### What to produce
Nothing but an exact repetition of the entries should appear in the answer.

Stored data entries:
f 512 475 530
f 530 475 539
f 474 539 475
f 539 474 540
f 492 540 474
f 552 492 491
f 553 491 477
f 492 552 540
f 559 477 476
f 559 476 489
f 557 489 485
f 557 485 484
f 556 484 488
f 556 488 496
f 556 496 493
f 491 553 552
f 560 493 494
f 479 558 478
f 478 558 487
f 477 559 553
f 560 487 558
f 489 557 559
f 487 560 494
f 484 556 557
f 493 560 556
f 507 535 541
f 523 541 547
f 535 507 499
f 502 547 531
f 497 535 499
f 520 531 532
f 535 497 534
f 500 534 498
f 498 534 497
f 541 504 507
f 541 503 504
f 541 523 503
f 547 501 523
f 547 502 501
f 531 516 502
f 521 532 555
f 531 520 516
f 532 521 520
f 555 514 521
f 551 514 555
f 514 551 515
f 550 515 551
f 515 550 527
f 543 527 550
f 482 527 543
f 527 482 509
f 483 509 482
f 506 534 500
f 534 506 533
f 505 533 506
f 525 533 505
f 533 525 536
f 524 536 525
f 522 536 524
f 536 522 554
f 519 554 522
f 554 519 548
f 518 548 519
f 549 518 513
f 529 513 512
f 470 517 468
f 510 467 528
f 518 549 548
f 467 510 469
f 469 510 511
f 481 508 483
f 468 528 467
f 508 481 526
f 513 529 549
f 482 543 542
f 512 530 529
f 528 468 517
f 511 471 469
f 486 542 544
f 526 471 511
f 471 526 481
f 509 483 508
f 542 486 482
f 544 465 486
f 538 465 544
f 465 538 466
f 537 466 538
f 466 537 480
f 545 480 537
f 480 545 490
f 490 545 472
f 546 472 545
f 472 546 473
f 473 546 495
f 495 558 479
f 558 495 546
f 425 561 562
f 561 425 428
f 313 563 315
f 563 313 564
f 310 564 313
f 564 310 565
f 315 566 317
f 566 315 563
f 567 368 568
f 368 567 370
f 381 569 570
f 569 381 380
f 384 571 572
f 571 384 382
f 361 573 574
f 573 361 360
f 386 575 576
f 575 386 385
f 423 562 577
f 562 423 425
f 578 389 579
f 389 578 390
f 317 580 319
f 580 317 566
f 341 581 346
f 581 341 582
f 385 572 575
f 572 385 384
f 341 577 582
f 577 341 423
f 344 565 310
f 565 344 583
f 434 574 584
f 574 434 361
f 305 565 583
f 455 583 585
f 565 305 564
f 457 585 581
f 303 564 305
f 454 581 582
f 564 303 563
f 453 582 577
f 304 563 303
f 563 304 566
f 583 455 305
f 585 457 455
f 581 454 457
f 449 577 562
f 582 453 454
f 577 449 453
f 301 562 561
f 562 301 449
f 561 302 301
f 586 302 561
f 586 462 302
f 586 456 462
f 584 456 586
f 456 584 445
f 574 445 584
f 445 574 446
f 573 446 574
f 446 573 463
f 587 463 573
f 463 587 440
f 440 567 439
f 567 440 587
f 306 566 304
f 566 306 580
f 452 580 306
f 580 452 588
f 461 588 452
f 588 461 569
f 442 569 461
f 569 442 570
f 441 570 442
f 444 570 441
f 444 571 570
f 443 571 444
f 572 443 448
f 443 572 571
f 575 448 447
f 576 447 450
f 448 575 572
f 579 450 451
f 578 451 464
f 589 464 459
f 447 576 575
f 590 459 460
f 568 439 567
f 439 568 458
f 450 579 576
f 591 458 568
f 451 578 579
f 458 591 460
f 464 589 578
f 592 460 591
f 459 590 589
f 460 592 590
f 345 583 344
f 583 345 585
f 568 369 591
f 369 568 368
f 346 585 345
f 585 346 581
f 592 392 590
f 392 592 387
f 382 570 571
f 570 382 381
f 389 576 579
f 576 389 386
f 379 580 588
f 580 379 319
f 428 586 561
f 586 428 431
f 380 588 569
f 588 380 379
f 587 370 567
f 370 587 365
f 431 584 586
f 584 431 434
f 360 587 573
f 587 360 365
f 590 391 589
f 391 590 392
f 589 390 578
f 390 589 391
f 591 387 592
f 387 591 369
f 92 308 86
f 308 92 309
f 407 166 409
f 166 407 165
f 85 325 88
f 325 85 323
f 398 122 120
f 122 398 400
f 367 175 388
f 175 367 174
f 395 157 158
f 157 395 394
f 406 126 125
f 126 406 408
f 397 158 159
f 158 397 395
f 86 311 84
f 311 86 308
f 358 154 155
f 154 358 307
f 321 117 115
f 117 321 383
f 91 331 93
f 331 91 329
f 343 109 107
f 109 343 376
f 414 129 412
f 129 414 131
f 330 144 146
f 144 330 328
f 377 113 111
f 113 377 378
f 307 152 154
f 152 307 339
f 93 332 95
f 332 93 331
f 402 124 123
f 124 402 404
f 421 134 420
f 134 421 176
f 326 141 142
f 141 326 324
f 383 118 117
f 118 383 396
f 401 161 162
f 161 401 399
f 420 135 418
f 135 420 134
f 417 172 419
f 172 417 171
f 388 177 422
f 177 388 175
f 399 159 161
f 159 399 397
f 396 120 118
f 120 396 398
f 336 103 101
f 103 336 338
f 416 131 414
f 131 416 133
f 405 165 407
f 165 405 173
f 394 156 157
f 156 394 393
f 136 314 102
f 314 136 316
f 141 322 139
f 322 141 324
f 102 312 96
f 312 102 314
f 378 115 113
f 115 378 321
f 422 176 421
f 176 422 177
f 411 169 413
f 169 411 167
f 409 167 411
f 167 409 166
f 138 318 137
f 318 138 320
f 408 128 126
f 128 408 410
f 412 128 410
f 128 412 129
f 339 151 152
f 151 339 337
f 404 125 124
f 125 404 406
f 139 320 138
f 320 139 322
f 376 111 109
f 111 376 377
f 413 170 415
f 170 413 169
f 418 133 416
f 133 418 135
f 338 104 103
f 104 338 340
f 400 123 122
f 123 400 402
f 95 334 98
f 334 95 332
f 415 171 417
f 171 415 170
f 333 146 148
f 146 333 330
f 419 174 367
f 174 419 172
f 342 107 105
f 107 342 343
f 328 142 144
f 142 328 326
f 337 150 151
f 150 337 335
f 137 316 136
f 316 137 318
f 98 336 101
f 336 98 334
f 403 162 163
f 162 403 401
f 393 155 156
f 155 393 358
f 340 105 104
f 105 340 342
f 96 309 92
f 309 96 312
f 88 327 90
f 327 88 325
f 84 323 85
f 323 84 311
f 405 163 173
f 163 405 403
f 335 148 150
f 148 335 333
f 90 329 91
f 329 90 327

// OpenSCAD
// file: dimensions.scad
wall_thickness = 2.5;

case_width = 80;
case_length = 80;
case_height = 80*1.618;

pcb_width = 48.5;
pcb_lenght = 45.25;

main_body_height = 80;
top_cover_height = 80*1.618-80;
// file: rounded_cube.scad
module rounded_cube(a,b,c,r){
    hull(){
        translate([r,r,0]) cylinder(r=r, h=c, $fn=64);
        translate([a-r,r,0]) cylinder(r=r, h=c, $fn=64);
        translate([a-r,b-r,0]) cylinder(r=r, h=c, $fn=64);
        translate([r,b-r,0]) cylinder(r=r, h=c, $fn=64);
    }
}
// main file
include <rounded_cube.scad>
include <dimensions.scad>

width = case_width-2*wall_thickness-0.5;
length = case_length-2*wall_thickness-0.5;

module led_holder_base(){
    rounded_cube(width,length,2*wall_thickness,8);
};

### Your solution
f 512 475 530
f 530 475 539
f 474 539 475
f 539 474 540
f 492 540 474
f 552 492 491
f 553 491 477
f 492 552 540
f 559 477 476
f 559 476 489
f 557 489 485
f 557 485 484
f 556 484 488
f 556 488 496
f 556 496 493
f 491 553 552
f 560 493 494
f 479 558 478
f 478 558 487
f 477 559 553
f 560 487 558
f 489 557 559
f 487 560 494
f 484 556 557
f 493 560 556
f 507 535 541
f 523 541 547
f 535 507 499
f 502 547 531
f 497 535 499
f 520 531 532
f 535 497 534
f 500 534 498
f 498 534 497
f 541 504 507
f 541 503 504
f 541 523 503
f 547 501 523
f 547 502 501
f 531 516 502
f 521 532 555
f 531 520 516
f 532 521 520
f 555 514 521
f 551 514 555
f 514 551 515
f 550 515 551
f 515 550 527
f 543 527 550
f 482 527 543
f 527 482 509
f 483 509 482
f 506 534 500
f 534 506 533
f 505 533 506
f 525 533 505
f 533 525 536
f 524 536 525
f 522 536 524
f 536 522 554
f 519 554 522
f 554 519 548
f 518 548 519
f 549 518 513
f 529 513 512
f 470 517 468
f 510 467 528
f 518 549 548
f 467 510 469
f 469 510 511
f 481 508 483
f 468 528 467
f 508 481 526
f 513 529 549
f 482 543 542
f 512 530 529
f 528 468 517
f 511 471 469
f 486 542 544
f 526 471 511
f 471 526 481
f 509 483 508
f 542 486 482
f 544 465 486
f 538 465 544
f 465 538 466
f 537 466 538
f 466 537 480
f 545 480 537
f 480 545 490
f 490 545 472
f 546 472 545
f 472 546 473
f 473 546 495
f 495 558 479
f 558 495 546
f 425 561 562
f 561 425 428
f 313 563 315
f 563 313 564
f 310 564 313
f 564 310 565
f 315 566 317
f 566 315 563
f 567 368 568
f 368 567 370
f 381 569 570
f 569 381 380
f 384 571 572
f 571 384 382
f 361 573 574
f 573 361 360
f 386 575 576
f 575 386 385
f 423 562 577
f 562 423 425
f 578 389 579
f 389 578 390
f 317 580 319
f 580 317 566
f 341 581 346
f 581 341 582
f 385 572 575
f 572 385 384
f 341 577 582
f 577 341 423
f 344 565 310
f 565 344 583
f 434 574 584
f 574 434 361
f 305 565 583
f 455 583 585
f 565 305 564
f 457 585 581
f 303 564 305
f 454 581 582
f 564 303 563
f 453 582 577
f 304 563 303
f 563 304 566
f 583 455 305
f 585 457 455
f 581 454 457
f 449 577 562
f 582 453 454
f 577 449 453
f 301 562 561
f 562 301 449
f 561 302 301
f 586 302 561
f 586 462 302
f 586 456 462
f 584 456 586
f 456 584 445
f 574 445 584
f 445 574 446
f 573 446 574
f 446 573 463
f 587 463 573
f 463 587 440
f 440 567 439
f 567 440 587
f 306 566 304
f 566 306 580
f 452 580 306
f 580 452 588
f 461 588 452
f 588 461 569
f 442 569 461
f 569 442 570
f 441 570 442
f 444 570 441
f 444 571 570
f 443 571 444
f 572 443 448
f 443 572 571
f 575 448 447
f 576 447 450
f 448 575 572
f 579 450 451
f 578 451 464
f 589 464 459
f 447 576 575
f 590 459 460
f 568 439 567
f 439 568 458
f 450 579 576
f 591 458 568
f 451 578 579
f 458 591 460
f 464 589 578
f 592 460 591
f 459 590 589
f 460 592 590
f 345 583 344
f 583 345 585
f 568 369 591
f 369 568 368
f 346 585 345
f 585 346 581
f 592 392 590
f 392 592 387
f 382 570 571
f 570 382 381
f 389 576 579
f 576 389 386
f 379 580 588
f 580 379 319
f 428 586 561
f 586 428 431
f 380 588 569
f 588 380 379
f 587 370 567
f 370 587 365
f 431 584 586
f 584 431 434
f 360 587 573
f 587 360 365
f 590 391 589
f 391 590 392
f 589 390 578
f 390 589 391
f 591 387 592
f 387 591 369
f 92 308 86
f 308 92 309
f 407 166 409
f 166 407 165
f 85 325 88
f 325 85 323
f 398 122 120
f 122 398 400
f 367 175 388
f 175 367 174
f 395 157 158
f 157 395 394
f 406 126 125
f 126 406 408
f 397 158 159
f 158 397 395
f 86 311 84
f 311 86 308
f 358 154 155
f 154 358 307
f 321 117 115
f 117 321 383
f 91 331 93
f 331 91 329
f 343 109 107
f 109 343 376
f 414 129 412
f 129 414 131
f 330 144 146
f 144 330 328
f 377 113 111
f 113 377 378
f 307 152 154
f 152 307 339
f 93 332 95
f 332 93 331
f 402 124 123
f 124 402 404
f 421 134 420
f 134 421 176
f 326 141 142
f 141 326 324
f 383 118 117
f 118 383 396
f 401 161 162
f 161 401 399
f 420 135 418
f 135 420 134
f 417 172 419
f 172 417 171
f 388 177 422
f 177 388 175
f 399 159 161
f 159 399 397
f 396 120 118
f 120 396 398
f 336 103 101
f 103 336 338
f 416 131 414
f 131 416 133
f 405 165 407
f 165 405 173
f 394 156 157
f 156 394 393
f 136 314 102
f 314 136 316
f 141 322 139
f 322 141 324
f 102 312 96
f 312 102 314
f 378 115 113
f 115 378 321
f 422 176 421
f 176 422 177
f 411 169 413
f 169 411 167
f 409 167 411
f 167 409 166
f 138 318 137
f 318 138 320
f 408 128 126
f 128 408 410
f 412 128 410
f 128 412 129
f 339 151 152
f 151 339 337
f 404 125 124
f 125 404 406
f 139 320 138
f 320 139 322
f 376 111 109
f 111 376 377
f 413 170 415
f 170 413 169
f 418 133 416
f 133 418 135
f 338 104 103
f 104 338 340
f 400 123 122
f 123 400 402
f 95 334 98
f 334 95 332
f 415 171 417
f 171 415 170
f 333 146 148
f 146 333 330
f 419 174 367
f 174 419 172
f 342 107 105
f 107 342 343
f 328 142 144
f 142 328 326
f 337 150 151
f 150 337 335
f 137 316 136
f 316 137 318
f 98 336 101
f 336 98 334
f 403 162 163
f 162 403 401
f 393 155 156
f 155 393 358
f 340 105 104
f 105 340 342
f 96 309 92
f 309 96 312
f 88 327 90
f 327 88 325
f 84 323 85
f 323 84 311
f 405 163 173
f 163 405 403
f 335 148 150
f 148 335 333
f 90 329 91
f 329 90 327

// OpenSCAD
// file: dimensions.scad
wall_thickness = 2.5;

case_width = 80;
case_length = 80;
case_height = 80*1.618;

pcb_width = 48.5;
pcb_lenght = 45.25;

main_body_height = 80;
top_cover_height = 80*1.618-80;
// file: rounded_cube.scad
module rounded_cube(a,b,c,r){
    hull(){
        translate([r,r,0]) cylinder(r=r, h=c, $fn=64);
        translate([a-r,r,0]) cylinder(r=r, h=c, $fn=64);
        translate([a-r,b-r,0]) cylinder(r=r, h=c, $fn=64);
        translate([r,b-r,0]) cylinder(r=r, h=c, $fn=64);
    }
}
// main file
include <rounded_cube.scad>
include <dimensions.scad>

width = case_width-2*wall_thickness-0.5;
length = case_length-2*wall_thickness-0.5;

module led_holder_base(){
    rounded_cube(width,length,2*wall_thickness,8);
};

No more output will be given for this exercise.